Risselada, H. J., Bubnis, G., & Grubmüller, H. (2014). Expansion of the fusion stalk and its implication for biological membrane fusion. Proceedings of the National Academy of Sciences of the United States of America, 111(30), 11043-11048. doi:10.1073/pnas.1323221111.


Cite as: http://hdl.handle.net/11858/00-001M-0000-001A-2E28-2
Abstract
Over the past 20 years, it has been widely accepted that membrane fusion proceeds via a hemifusion step before opening of the productive fusion pore. An initial hourglass-shaped lipid structure, the fusion stalk, is formed between the adjacent membrane leaflets (cis leaflets). It remains controversial if and how fusion proteins drive the subsequent transition (expansion) of the stalk into a fusion pore. Here, we propose a comprehensive and consistent thermodynamic understanding in terms of the underlying free-energy landscape of stalk expansion.
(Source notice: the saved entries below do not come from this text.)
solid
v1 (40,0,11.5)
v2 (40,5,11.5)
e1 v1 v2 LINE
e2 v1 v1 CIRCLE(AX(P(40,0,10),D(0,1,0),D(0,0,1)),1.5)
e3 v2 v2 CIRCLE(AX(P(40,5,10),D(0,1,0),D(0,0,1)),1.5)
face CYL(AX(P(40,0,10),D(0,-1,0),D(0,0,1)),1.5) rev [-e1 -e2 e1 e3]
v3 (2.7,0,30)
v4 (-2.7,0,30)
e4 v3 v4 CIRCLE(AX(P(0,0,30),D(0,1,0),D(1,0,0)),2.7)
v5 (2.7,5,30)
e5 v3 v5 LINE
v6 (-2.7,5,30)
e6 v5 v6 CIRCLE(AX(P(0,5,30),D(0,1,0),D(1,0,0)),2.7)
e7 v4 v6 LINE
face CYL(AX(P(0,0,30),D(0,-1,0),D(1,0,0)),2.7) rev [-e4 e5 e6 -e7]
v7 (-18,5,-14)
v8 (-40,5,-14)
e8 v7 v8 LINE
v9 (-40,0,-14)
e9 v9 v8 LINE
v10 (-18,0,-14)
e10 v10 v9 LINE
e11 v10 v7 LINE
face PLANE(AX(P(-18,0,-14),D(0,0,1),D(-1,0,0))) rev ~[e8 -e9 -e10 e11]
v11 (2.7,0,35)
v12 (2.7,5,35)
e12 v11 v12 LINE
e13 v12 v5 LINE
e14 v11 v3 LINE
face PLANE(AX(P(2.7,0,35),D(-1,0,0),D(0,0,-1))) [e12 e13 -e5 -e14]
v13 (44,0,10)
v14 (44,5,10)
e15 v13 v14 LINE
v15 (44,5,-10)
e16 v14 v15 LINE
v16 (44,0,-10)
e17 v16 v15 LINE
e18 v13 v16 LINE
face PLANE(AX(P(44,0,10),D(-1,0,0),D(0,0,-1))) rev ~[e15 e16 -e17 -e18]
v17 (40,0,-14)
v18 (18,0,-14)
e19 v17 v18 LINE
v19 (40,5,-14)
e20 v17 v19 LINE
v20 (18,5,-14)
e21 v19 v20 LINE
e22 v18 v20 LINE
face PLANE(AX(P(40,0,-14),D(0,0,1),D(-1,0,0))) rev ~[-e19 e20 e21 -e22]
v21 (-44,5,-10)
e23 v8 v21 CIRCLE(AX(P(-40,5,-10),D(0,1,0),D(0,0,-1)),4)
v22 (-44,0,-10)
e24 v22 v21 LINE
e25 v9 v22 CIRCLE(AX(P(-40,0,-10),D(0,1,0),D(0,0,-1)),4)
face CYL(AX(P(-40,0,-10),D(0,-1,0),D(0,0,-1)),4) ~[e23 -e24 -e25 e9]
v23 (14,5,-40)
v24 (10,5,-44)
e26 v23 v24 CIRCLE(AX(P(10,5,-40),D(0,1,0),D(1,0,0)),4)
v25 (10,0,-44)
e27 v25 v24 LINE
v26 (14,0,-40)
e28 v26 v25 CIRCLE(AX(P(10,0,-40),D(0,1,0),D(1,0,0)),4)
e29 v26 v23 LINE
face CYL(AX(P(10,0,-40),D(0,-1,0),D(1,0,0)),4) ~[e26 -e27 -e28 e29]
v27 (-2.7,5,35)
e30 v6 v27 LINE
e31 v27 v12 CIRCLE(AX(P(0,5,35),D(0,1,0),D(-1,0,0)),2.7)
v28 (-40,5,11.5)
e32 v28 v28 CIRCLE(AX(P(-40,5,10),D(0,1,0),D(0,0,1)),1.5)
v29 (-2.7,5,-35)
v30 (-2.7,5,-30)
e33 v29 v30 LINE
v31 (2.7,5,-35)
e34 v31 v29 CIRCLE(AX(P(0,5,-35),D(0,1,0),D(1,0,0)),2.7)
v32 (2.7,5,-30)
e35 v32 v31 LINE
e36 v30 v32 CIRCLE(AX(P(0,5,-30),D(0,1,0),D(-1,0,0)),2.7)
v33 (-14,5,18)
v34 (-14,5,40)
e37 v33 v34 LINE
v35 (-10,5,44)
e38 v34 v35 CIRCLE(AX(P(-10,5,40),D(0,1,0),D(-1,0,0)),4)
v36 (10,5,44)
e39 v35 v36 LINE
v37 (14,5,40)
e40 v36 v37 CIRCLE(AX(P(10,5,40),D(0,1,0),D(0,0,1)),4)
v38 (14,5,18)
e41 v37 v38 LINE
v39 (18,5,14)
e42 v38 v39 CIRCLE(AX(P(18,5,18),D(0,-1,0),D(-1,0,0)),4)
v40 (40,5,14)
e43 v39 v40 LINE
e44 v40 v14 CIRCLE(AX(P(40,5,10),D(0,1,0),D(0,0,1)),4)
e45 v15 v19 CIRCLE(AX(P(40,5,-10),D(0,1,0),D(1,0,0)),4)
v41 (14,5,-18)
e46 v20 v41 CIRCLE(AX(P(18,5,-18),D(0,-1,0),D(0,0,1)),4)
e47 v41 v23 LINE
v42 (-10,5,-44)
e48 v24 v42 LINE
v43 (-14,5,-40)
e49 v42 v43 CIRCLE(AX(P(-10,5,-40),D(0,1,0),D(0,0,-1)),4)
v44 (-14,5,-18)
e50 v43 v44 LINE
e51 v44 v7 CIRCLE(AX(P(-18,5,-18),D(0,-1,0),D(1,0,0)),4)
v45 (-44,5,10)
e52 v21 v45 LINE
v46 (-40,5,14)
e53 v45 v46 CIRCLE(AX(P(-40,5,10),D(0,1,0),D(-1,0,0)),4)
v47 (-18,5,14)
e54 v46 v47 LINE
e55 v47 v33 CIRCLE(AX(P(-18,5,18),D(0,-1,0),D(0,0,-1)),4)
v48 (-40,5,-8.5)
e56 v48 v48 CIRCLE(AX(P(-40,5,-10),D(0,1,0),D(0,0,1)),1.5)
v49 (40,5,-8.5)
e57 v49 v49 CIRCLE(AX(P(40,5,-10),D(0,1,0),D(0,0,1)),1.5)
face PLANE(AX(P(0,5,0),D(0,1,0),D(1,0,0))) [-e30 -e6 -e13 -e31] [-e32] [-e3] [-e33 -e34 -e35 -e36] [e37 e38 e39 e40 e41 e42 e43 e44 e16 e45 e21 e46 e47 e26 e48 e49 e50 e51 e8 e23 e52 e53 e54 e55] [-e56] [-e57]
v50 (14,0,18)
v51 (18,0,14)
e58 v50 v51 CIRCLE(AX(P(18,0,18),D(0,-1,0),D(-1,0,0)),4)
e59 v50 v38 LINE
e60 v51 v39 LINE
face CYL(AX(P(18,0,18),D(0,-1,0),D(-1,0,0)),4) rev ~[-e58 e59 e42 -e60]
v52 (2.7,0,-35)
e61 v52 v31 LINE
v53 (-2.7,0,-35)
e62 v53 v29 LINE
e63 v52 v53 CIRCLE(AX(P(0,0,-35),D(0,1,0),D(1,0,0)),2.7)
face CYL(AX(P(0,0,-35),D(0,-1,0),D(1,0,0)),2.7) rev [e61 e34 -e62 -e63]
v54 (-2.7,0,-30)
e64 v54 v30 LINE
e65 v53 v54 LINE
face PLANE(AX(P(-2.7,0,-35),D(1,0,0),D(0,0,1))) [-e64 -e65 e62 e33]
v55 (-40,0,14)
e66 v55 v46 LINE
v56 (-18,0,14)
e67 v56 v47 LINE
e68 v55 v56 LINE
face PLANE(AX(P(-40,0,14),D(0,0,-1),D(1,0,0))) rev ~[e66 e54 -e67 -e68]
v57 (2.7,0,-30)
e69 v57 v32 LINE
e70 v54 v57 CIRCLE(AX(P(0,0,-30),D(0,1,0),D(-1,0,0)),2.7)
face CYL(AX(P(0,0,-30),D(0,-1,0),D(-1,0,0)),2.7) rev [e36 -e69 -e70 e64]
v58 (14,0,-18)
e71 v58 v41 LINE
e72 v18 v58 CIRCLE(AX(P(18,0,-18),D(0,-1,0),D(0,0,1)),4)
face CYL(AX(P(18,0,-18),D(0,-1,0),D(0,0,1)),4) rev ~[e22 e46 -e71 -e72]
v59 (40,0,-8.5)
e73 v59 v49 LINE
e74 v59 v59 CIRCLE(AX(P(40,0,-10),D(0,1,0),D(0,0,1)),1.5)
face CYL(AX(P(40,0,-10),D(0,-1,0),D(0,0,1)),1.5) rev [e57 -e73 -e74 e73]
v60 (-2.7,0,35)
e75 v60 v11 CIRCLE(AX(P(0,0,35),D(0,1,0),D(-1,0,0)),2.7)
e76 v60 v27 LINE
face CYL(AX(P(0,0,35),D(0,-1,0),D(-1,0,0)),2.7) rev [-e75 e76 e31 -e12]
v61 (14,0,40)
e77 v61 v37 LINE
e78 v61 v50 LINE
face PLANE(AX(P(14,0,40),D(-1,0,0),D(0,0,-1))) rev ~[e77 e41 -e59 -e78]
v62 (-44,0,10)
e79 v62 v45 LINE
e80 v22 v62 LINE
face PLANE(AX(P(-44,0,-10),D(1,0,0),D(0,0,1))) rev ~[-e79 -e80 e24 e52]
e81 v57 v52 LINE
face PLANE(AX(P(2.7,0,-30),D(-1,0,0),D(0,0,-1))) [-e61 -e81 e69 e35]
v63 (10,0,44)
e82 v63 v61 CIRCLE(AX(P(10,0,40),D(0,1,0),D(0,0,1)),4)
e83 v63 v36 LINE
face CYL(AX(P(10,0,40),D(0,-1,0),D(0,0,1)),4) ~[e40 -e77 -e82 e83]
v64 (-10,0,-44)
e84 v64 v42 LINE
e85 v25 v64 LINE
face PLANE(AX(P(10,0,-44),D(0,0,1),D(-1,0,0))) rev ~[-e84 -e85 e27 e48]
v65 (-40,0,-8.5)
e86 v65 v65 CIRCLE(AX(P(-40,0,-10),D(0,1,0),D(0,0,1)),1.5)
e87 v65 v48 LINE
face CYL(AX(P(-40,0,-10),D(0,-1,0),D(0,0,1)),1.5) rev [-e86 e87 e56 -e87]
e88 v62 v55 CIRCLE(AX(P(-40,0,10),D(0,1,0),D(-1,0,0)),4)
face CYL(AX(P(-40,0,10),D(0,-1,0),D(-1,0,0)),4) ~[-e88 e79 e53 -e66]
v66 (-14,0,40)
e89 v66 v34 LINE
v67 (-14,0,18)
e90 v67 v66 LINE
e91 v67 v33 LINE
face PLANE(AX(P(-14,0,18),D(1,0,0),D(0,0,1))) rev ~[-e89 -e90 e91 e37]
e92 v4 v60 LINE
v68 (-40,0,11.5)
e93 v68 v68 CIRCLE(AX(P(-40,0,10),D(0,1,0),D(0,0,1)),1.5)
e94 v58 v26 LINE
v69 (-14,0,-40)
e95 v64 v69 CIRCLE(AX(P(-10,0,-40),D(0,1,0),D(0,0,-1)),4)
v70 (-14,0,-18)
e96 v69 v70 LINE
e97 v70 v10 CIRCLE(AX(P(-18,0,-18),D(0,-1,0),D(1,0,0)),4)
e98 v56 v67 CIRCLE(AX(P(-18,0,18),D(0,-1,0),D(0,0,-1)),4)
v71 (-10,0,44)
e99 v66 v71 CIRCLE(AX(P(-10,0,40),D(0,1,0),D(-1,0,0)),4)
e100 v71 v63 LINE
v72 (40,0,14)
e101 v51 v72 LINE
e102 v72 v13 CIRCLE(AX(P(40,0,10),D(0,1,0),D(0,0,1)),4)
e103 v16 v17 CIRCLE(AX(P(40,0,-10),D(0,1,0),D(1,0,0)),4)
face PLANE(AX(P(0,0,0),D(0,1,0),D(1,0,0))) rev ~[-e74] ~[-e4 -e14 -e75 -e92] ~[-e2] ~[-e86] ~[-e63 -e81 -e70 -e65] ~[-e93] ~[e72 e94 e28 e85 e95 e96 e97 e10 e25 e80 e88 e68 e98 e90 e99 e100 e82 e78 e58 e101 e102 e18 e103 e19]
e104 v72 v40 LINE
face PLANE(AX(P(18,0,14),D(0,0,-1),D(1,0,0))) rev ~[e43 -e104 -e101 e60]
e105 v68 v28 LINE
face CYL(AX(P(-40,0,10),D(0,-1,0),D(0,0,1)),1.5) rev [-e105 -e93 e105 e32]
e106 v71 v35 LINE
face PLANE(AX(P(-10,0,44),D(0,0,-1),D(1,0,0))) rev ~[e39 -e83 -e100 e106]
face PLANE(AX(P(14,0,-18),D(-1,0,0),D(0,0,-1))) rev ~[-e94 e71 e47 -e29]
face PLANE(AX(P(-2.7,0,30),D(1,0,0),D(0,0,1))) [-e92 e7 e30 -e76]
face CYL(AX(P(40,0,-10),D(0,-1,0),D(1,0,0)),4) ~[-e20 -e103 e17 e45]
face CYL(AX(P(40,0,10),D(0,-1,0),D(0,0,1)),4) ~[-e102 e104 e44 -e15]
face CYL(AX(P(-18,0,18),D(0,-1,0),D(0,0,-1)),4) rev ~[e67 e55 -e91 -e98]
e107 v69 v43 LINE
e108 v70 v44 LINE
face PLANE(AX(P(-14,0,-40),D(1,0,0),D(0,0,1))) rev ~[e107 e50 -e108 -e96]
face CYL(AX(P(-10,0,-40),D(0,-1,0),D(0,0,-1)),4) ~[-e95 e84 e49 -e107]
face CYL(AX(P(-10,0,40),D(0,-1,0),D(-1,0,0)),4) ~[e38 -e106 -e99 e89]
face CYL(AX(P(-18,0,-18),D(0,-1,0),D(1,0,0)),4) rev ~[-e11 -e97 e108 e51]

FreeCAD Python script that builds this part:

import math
import FreeCAD as App
import Part
import Sketcher
Q = App.Units.Quantity

doc = App.newDocument("Part")
body = doc.addObject("PartDesign::Body", "Body")

sketch1 = doc.addObject("Sketcher::SketchObject", "Sketch")
body.addObject(sketch1)
sketch1.AttachmentSupport = (doc.XZ_Plane, [""])
sketch1.MapMode = "FlatFace"
sketch1.addGeometry([
    Part.LineSegment(App.Vector(14, 40, 0), App.Vector(14, 18, 0)),
    Part.ArcOfCircle(Part.Circle(App.Vector(18, 18, 0), App.Vector(0, 0, 1), 4), math.radians(180), math.radians(270)),
    Part.LineSegment(App.Vector(18, 14, 0), App.Vector(40, 14, 0)),
    Part.ArcOfCircle(Part.Circle(App.Vector(40, 10, 0), App.Vector(0, 0, 1), 4), math.radians(0), math.radians(90)),
    Part.LineSegment(App.Vector(44, 10, 0), App.Vector(44, -10, 0)),
    Part.ArcOfCircle(Part.Circle(App.Vector(40, -10, 0), App.Vector(0, 0, 1), 4), math.radians(-90), math.radians(0)),
    Part.LineSegment(App.Vector(40, -14, 0), App.Vector(18, -14, 0)),
    Part.ArcOfCircle(Part.Circle(App.Vector(18, -18, 0), App.Vector(0, 0, 1), 4), math.radians(90), math.radians(180)),
    Part.LineSegment(App.Vector(14, -18, 0), App.Vector(14, -40, 0)),
    Part.ArcOfCircle(Part.Circle(App.Vector(10, -40, 0), App.Vector(0, 0, 1), 4), math.radians(-90), math.radians(0)),
    Part.LineSegment(App.Vector(10, -44, 0), App.Vector(-10, -44, 0)),
    Part.ArcOfCircle(Part.Circle(App.Vector(-10, -40, 0), App.Vector(0, 0, 1), 4), math.radians(180), math.radians(270)),
    Part.LineSegment(App.Vector(-14, -40, 0), App.Vector(-14, -18, 0)),
    Part.ArcOfCircle(Part.Circle(App.Vector(-18, -18, 0), App.Vector(0, 0, 1), 4), math.radians(0), math.radians(90)),
    Part.LineSegment(App.Vector(-18, -14, 0), App.Vector(-40, -14, 0)),
    Part.ArcOfCircle(Part.Circle(App.Vector(-40, -10, 0), App.Vector(0, 0, 1), 4), math.radians(180), math.radians(270)),
    Part.LineSegment(App.Vector(-44, -10, 0), App.Vector(-44, 10, 0)),
    Part.ArcOfCircle(Part.Circle(App.Vector(-40, 10, 0), App.Vector(0, 0, 1), 4), math.radians(90), math.radians(180)),
    Part.LineSegment(App.Vector(-40, 14, 0), App.Vector(-18, 14, 0)),
    Part.ArcOfCircle(Part.Circle(App.Vector(-18, 18, 0), App.Vector(0, 0, 1), 4), math.radians(-90), math.radians(0)),
    Part.LineSegment(App.Vector(-14, 18, 0), App.Vector(-14, 40, 0)),
    Part.ArcOfCircle(Part.Circle(App.Vector(-10, 40, 0), App.Vector(0, 0, 1), 4), math.radians(90), math.radians(180)),
    Part.LineSegment(App.Vector(-10, 44, 0), App.Vector(10, 44, 0)),
    Part.ArcOfCircle(Part.Circle(App.Vector(10, 40, 0), App.Vector(0, 0, 1), 4), math.radians(0), math.radians(90)),
    Part.Circle(App.Vector(-40, 10, 0), App.Vector(0, 0, 1), 1.5),
    Part.ArcOfCircle(Part.Circle(App.Vector(0, 30, 0), App.Vector(0, 0, 1), 2.7), math.radians(180), math.radians(360)),
    Part.LineSegment(App.Vector(2.7, 30, 0), App.Vector(2.7, 35, 0)),
    Part.ArcOfCircle(Part.Circle(App.Vector(0, 35, 0), App.Vector(0, 0, 1), 2.7), math.radians(0), math.radians(180)),
    Part.LineSegment(App.Vector(-2.7, 35, 0), App.Vector(-2.7, 30, 0)),
    Part.Circle(App.Vector(40, 10, 0), App.Vector(0, 0, 1), 1.5),
    Part.Circle(App.Vector(-40, -10, 0), App.Vector(0, 0, 1), 1.5),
We illustrate how the underlying free energy landscape of stalk expansion and the concomitant pathway is altered by subtle differences in membrane environment, such as leaflet composition, asymmetry, and flexibility. Nonleaky stalk expansion (stalk widening) requires the formation of a critical trans-leaflet contact. The fusion machinery can mechanically enforce trans-leaflet contact formation either by directly enforcing the trans-leaflets in close proximity, or by (electrostatically) condensing the area of the cis leaflets. The rate of these fast fusion reactions may not be primarily limited by the energetics but by the forces that the fusion proteins are able to exert.